> _Dataset entries_
__________________________________________________
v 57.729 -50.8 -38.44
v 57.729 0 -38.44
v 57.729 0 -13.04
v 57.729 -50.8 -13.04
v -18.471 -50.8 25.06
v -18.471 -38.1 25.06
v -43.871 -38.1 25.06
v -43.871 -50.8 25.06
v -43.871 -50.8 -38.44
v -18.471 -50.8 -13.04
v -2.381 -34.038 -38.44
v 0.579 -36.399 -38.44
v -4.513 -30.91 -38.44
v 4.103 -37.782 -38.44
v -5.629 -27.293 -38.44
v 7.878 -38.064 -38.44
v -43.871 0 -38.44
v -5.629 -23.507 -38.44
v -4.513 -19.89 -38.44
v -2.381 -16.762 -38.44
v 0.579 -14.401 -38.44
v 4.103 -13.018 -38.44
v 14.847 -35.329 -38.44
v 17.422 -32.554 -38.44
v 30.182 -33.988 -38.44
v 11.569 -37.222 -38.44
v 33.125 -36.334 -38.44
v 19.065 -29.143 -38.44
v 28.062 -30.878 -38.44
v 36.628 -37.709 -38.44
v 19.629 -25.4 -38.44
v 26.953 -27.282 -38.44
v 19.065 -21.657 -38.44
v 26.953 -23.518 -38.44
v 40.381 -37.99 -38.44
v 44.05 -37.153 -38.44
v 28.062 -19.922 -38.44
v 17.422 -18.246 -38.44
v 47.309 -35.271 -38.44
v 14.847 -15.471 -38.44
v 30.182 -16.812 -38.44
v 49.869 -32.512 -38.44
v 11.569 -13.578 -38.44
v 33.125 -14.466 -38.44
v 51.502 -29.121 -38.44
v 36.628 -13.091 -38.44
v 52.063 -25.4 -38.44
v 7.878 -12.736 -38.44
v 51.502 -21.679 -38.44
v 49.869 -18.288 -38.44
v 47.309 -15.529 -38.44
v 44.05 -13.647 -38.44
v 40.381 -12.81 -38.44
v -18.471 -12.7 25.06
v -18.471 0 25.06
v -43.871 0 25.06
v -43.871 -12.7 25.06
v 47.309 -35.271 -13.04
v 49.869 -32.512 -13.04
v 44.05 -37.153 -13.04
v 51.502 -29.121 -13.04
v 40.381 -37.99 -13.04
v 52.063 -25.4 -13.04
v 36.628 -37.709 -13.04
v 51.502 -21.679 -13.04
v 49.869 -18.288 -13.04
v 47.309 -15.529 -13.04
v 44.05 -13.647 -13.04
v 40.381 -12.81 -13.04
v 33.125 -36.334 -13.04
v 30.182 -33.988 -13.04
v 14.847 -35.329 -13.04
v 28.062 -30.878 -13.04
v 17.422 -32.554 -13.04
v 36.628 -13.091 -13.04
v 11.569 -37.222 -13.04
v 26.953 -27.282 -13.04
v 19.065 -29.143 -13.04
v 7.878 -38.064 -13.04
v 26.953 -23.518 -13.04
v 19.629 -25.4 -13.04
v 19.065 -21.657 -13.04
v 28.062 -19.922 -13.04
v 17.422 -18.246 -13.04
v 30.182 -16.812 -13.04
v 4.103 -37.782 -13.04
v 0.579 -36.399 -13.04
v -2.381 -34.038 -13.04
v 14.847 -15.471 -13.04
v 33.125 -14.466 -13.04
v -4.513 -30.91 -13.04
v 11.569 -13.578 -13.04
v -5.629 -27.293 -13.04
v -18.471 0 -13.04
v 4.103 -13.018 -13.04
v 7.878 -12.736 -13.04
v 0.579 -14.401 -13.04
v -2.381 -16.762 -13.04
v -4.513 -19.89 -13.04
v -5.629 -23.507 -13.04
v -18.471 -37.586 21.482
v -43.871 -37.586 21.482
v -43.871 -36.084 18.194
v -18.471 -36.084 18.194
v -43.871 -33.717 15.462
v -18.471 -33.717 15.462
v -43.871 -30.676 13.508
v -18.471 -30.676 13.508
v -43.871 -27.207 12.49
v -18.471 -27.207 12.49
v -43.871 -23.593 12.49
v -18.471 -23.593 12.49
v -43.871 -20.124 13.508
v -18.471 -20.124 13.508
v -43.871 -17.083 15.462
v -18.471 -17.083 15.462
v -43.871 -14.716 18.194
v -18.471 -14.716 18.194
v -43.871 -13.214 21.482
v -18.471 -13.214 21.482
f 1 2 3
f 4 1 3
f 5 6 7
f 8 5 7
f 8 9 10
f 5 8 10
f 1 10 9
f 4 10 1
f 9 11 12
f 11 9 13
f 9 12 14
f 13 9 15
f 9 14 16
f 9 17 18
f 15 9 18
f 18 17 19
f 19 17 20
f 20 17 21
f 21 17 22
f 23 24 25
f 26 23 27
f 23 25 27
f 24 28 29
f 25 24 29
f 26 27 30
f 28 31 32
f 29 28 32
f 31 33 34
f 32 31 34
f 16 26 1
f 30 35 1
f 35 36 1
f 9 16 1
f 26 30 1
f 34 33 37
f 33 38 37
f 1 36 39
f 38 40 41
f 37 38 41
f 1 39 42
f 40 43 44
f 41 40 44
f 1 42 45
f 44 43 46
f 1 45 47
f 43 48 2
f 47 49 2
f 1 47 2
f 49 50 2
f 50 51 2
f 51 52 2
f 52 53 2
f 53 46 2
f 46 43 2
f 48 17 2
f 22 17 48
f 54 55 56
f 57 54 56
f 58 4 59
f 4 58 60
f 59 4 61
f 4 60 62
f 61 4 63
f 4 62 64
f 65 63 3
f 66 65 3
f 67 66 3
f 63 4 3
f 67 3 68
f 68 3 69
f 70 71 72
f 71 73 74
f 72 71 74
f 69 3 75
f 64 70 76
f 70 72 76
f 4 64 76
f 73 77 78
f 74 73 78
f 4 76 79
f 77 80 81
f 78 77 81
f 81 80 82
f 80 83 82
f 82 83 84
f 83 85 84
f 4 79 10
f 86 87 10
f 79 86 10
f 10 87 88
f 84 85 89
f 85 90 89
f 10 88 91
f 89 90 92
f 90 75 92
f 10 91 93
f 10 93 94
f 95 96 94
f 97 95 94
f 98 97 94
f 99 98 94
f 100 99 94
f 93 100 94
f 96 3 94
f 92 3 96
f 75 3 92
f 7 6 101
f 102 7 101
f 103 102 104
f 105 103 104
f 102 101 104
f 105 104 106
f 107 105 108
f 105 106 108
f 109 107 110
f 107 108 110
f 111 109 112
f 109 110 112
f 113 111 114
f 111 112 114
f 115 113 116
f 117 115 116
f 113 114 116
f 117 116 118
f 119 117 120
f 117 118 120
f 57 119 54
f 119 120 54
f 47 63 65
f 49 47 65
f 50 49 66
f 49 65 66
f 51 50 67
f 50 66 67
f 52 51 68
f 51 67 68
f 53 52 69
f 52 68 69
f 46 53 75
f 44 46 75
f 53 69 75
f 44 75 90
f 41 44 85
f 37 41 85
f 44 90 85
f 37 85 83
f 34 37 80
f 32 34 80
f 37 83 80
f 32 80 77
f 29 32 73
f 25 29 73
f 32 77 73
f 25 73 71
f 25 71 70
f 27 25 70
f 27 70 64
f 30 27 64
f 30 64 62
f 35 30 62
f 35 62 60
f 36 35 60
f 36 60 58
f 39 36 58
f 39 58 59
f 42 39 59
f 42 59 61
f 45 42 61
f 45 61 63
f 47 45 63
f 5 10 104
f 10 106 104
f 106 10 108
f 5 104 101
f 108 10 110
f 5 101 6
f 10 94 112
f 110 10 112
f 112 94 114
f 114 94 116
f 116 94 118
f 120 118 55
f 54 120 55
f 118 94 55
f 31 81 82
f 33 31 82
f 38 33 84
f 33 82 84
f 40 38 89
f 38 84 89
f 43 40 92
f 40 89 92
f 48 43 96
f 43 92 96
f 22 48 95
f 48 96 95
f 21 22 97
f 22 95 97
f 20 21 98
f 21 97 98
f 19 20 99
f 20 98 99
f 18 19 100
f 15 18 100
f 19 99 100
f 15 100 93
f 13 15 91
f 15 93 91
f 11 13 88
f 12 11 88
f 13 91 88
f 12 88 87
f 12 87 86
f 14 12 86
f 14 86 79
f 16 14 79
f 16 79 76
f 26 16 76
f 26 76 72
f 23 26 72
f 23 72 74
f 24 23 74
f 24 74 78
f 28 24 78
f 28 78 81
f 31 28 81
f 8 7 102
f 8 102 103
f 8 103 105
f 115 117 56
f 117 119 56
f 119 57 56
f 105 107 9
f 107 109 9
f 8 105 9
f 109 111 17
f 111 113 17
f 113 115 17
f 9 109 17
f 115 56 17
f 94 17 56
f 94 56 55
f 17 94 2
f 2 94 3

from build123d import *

# Parameters (mm, degrees)
F1_DEPTH = 50.8
F3_DEPTH = 80.264
F4_R     = 12.7
F4_R_2   = 12.625616
F5_DEPTH = 50.8


with BuildPart() as f1:
    # F0 (on Front) → F1 (new body)
    with BuildSketch(Plane.XZ):
        Polygon((-18.470924, 25.060495), (-43.870924, 25.060495), (-43.870924, -38.439505), (57.729076, -38.439505), (57.729076, -13.039505), (-18.470924, -13.039505), align=None)
    extrude(amount=F1_DEPTH)

    # F2 (on face) → F3 (cut)
    with BuildSketch(Plane.YZ.offset(-18.470924)):
        with BuildLine():
            Line((-12.7, 25.060495), (-38.1, 25.060495))
            ThreePointArc((-38.1, 25.060495), (-25.4, 12.360495), (-12.7, 25.060495))
        make_face()
    extrude(amount=-F3_DEPTH, mode=Mode.SUBTRACT)

    # F4 (on face) → F5 (cut)
    with BuildSketch(Plane.XY.offset(-13.039505)):
        with Locations((6.929076, -25.4)):
            Circle(F4_R)
        with Locations((39.437555, -25.4)):
            Circle(F4_R_2)
    extrude(amount=-F5_DEPTH, mode=Mode.SUBTRACT)


solid = f1.part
__________________________________________________
> _Requirement_
In the entries above, find the line with "v 26.953 -23.518 -13.04" and the line with "v -18.471 -33.717 15.462", then set down exactly those two and every line between them, nothing else.

> _Response to this exercise_
v 26.953 -23.518 -13.04
v 19.629 -25.4 -13.04
v 19.065 -21.657 -13.04
v 28.062 -19.922 -13.04
v 17.422 -18.246 -13.04
v 30.182 -16.812 -13.04
v 4.103 -37.782 -13.04
v 0.579 -36.399 -13.04
v -2.381 -34.038 -13.04
v 14.847 -15.471 -13.04
v 33.125 -14.466 -13.04
v -4.513 -30.91 -13.04
v 11.569 -13.578 -13.04
v -5.629 -27.293 -13.04
v -18.471 0 -13.04
v 4.103 -13.018 -13.04
v 7.878 -12.736 -13.04
v 0.579 -14.401 -13.04
v -2.381 -16.762 -13.04
v -4.513 -19.89 -13.04
v -5.629 -23.507 -13.04
v -18.471 -37.586 21.482
v -43.871 -37.586 21.482
v -43.871 -36.084 18.194
v -18.471 -36.084 18.194
v -43.871 -33.717 15.462
v -18.471 -33.717 15.462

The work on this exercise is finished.